In between the information is not very decisive, either. So at the end of the day, it is unclear what is the actual legal situation.
Another thing one of the software lawyers told us is that Investors do not like GPL. In other words, even if it turns out that it is legal to use R with its libraries – a venture capital investor may be reluctant. If true, this may cause delays and may also require additional work convincing the potential investor that what you are doing is indeed flawless. Hence, lawyers told us, it is best if you can find an alternative that is not GPL at all.
What makes Python better?
Most of the “R vs. Python” articles are pure junk, IMHO. They express nonsense commonly written in the spirit of “Python is a general-purpose language with a readable syntax. R, however, is built by statisticians and encompasses their specific language.” Far away from the reality as I see it.But Python has a permissive license. You can distribute it, you can modify it, and you do not have to worry your code will become open-source, too. This truly is a great advantage.
Is there anything in between a permissive license and a GPL?
Yes there is.For example, there is the Lesser GPL (LGPL). As described in Wikipedia: “The license allows developers and companies to use and integrate a software component released under the LGPL into their own (even proprietary) software without being required by the terms of a strong copyleft license to release the source code of their own components. However, any developer who modifies an LGPL-covered component is required to make their modified version available under the same LGPL license.” Isn’t this exactly what the R choice of a license was aiming at?
Others use an exception. Javascript, for example, is also GPL. But they added the following exception: “As a special exception to GPL, any HTML file which merely makes function calls to this code, and for that purpose includes it by reference shall be deemed a separate work for copyright law purposes. In addition, the copyright holders of this code give you permission to combine this code with free software libraries that are released under the GNU LGPL. You may copy and distribute such a system following the terms of the GNU GPL for this code and the LGPL for the libraries. If you modify this code, you may extend this exception to your version of the code, but you are not obligated to do so. If you do not wish to do so, delete this exception statement from your version.”

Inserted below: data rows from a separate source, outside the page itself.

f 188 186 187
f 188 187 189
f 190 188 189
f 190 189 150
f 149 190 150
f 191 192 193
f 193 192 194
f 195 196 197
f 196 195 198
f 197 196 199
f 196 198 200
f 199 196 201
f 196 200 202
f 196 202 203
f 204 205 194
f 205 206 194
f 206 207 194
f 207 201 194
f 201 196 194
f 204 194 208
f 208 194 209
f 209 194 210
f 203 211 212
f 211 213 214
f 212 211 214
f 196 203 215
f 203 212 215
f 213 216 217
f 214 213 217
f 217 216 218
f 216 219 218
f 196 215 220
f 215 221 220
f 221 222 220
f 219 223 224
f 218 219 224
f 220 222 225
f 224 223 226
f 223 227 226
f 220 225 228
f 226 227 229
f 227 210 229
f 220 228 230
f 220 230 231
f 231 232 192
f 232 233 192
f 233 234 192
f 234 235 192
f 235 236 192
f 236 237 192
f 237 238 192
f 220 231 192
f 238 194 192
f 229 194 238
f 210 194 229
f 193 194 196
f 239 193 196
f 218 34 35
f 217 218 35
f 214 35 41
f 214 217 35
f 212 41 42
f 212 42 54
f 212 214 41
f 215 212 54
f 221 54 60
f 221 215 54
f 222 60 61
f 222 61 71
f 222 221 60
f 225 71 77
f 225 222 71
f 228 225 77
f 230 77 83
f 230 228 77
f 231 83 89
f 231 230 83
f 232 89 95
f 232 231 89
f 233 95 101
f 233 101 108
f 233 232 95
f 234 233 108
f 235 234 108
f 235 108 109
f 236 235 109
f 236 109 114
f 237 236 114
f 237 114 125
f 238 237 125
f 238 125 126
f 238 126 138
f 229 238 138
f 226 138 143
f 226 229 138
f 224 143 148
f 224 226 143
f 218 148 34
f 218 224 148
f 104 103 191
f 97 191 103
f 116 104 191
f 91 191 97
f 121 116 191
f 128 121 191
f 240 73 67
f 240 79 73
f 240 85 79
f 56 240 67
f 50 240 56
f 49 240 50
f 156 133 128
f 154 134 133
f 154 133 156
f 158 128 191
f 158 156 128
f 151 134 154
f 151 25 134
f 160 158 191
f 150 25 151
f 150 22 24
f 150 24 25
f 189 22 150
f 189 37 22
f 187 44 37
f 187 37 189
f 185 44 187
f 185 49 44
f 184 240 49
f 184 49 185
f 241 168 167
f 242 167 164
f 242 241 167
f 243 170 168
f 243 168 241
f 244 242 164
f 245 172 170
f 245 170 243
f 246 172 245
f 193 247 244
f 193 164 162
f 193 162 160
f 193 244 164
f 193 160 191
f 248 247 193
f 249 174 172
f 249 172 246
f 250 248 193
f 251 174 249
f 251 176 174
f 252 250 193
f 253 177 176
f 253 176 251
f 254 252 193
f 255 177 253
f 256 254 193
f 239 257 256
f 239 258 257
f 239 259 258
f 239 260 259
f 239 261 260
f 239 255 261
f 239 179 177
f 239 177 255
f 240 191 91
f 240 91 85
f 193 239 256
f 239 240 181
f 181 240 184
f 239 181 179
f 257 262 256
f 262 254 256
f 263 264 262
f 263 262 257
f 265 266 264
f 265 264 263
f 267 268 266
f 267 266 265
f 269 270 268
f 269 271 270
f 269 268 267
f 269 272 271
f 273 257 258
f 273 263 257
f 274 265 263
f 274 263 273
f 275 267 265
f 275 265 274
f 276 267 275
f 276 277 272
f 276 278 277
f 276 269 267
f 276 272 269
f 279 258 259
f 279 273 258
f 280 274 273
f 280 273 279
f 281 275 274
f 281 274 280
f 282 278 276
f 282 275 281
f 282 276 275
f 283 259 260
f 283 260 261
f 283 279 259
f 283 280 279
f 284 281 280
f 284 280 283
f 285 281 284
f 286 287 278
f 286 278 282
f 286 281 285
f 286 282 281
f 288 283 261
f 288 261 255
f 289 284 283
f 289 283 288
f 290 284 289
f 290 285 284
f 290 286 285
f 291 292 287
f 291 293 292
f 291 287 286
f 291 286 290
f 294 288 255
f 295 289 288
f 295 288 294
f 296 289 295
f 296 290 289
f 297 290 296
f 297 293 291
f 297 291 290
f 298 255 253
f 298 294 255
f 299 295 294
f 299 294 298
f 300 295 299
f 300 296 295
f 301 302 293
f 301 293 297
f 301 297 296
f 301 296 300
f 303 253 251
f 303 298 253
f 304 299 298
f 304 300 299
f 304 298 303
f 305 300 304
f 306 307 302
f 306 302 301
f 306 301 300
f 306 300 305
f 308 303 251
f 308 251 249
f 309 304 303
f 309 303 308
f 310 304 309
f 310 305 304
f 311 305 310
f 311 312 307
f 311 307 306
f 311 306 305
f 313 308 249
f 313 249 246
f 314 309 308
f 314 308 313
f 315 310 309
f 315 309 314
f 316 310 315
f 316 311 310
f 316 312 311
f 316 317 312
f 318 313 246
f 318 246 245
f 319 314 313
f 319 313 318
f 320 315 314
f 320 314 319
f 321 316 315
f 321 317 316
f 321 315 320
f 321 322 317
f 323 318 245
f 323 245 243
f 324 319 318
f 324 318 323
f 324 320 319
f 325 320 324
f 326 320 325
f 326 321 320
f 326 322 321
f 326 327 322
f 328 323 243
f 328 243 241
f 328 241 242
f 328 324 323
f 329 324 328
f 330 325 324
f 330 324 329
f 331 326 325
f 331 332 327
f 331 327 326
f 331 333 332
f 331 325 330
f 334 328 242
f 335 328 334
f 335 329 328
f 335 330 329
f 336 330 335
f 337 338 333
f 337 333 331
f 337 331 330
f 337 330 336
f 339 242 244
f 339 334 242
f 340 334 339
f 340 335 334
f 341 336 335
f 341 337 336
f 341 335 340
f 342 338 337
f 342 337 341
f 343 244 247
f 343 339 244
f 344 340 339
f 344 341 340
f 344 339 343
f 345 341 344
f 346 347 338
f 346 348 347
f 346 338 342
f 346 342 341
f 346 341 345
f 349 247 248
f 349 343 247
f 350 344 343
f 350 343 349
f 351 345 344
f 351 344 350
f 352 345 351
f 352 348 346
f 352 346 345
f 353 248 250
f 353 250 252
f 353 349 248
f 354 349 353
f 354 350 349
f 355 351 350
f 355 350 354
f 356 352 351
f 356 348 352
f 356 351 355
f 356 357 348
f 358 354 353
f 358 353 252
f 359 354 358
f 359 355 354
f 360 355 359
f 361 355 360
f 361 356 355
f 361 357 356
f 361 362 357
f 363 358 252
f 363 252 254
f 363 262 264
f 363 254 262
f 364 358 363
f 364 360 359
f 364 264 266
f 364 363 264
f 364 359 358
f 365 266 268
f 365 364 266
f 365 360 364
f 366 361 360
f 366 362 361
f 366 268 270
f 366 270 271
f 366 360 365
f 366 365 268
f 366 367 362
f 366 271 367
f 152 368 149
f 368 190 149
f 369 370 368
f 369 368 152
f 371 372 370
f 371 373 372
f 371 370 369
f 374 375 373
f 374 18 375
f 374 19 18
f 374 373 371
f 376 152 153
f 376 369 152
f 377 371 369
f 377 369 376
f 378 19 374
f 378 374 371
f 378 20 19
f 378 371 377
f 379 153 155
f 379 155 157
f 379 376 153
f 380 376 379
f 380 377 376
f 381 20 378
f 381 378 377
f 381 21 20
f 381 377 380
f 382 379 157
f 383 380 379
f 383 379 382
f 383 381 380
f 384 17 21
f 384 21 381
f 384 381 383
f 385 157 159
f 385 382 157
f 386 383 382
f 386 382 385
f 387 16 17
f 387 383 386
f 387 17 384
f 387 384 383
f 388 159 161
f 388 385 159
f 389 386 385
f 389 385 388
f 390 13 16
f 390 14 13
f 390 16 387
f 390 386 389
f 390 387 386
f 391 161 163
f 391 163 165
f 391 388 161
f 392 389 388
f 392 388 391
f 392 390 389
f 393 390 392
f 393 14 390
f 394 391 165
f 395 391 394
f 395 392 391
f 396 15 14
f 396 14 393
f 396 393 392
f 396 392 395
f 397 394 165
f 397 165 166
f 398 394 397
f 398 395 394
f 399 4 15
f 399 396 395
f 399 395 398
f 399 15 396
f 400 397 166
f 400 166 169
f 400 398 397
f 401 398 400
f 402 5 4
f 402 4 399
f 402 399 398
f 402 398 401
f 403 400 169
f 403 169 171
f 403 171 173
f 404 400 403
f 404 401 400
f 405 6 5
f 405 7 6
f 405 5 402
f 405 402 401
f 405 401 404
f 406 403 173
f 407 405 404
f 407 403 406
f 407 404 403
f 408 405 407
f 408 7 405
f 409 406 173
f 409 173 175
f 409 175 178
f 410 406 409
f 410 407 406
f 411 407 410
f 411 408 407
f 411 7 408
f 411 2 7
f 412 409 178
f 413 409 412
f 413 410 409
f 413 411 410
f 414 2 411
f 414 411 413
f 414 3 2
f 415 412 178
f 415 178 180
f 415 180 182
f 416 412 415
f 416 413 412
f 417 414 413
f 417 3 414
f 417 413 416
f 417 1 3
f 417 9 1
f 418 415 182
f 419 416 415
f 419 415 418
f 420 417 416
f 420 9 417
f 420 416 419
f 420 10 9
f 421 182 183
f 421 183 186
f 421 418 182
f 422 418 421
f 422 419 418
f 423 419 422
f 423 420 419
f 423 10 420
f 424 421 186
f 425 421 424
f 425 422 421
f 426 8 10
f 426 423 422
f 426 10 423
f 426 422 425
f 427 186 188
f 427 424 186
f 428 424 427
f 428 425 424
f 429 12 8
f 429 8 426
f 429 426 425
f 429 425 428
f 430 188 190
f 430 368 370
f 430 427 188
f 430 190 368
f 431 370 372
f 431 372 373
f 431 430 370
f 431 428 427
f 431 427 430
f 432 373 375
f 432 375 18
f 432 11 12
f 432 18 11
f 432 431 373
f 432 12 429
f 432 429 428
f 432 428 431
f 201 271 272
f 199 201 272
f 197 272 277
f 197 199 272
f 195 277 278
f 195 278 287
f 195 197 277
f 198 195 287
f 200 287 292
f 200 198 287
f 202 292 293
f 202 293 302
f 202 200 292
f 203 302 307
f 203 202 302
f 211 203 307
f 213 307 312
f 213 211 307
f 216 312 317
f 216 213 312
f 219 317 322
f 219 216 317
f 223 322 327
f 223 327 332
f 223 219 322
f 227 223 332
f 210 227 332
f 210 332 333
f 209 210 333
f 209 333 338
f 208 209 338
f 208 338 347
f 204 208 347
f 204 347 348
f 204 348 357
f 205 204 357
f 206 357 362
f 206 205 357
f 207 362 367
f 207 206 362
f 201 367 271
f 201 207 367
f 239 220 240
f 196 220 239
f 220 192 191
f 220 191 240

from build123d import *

R is not LGPL. R has no written exceptions.
The fact that R and most of its libraries use a GPL license is a problem. At the very least it is not clear if it is really legal to use R to write proprietary code.
Even if it is legal, Python still has an advantage being a permissive license, which means “no questions asked” by potential customers and investors.
It would be good if the R core team, as well as people releasing packages, were clearer about the proper use of the software, as they see it. They could take Perl as an example.
It would be even better if the license would change. At least by adding an exception, reducing it to an LGPL or (best) permissive license.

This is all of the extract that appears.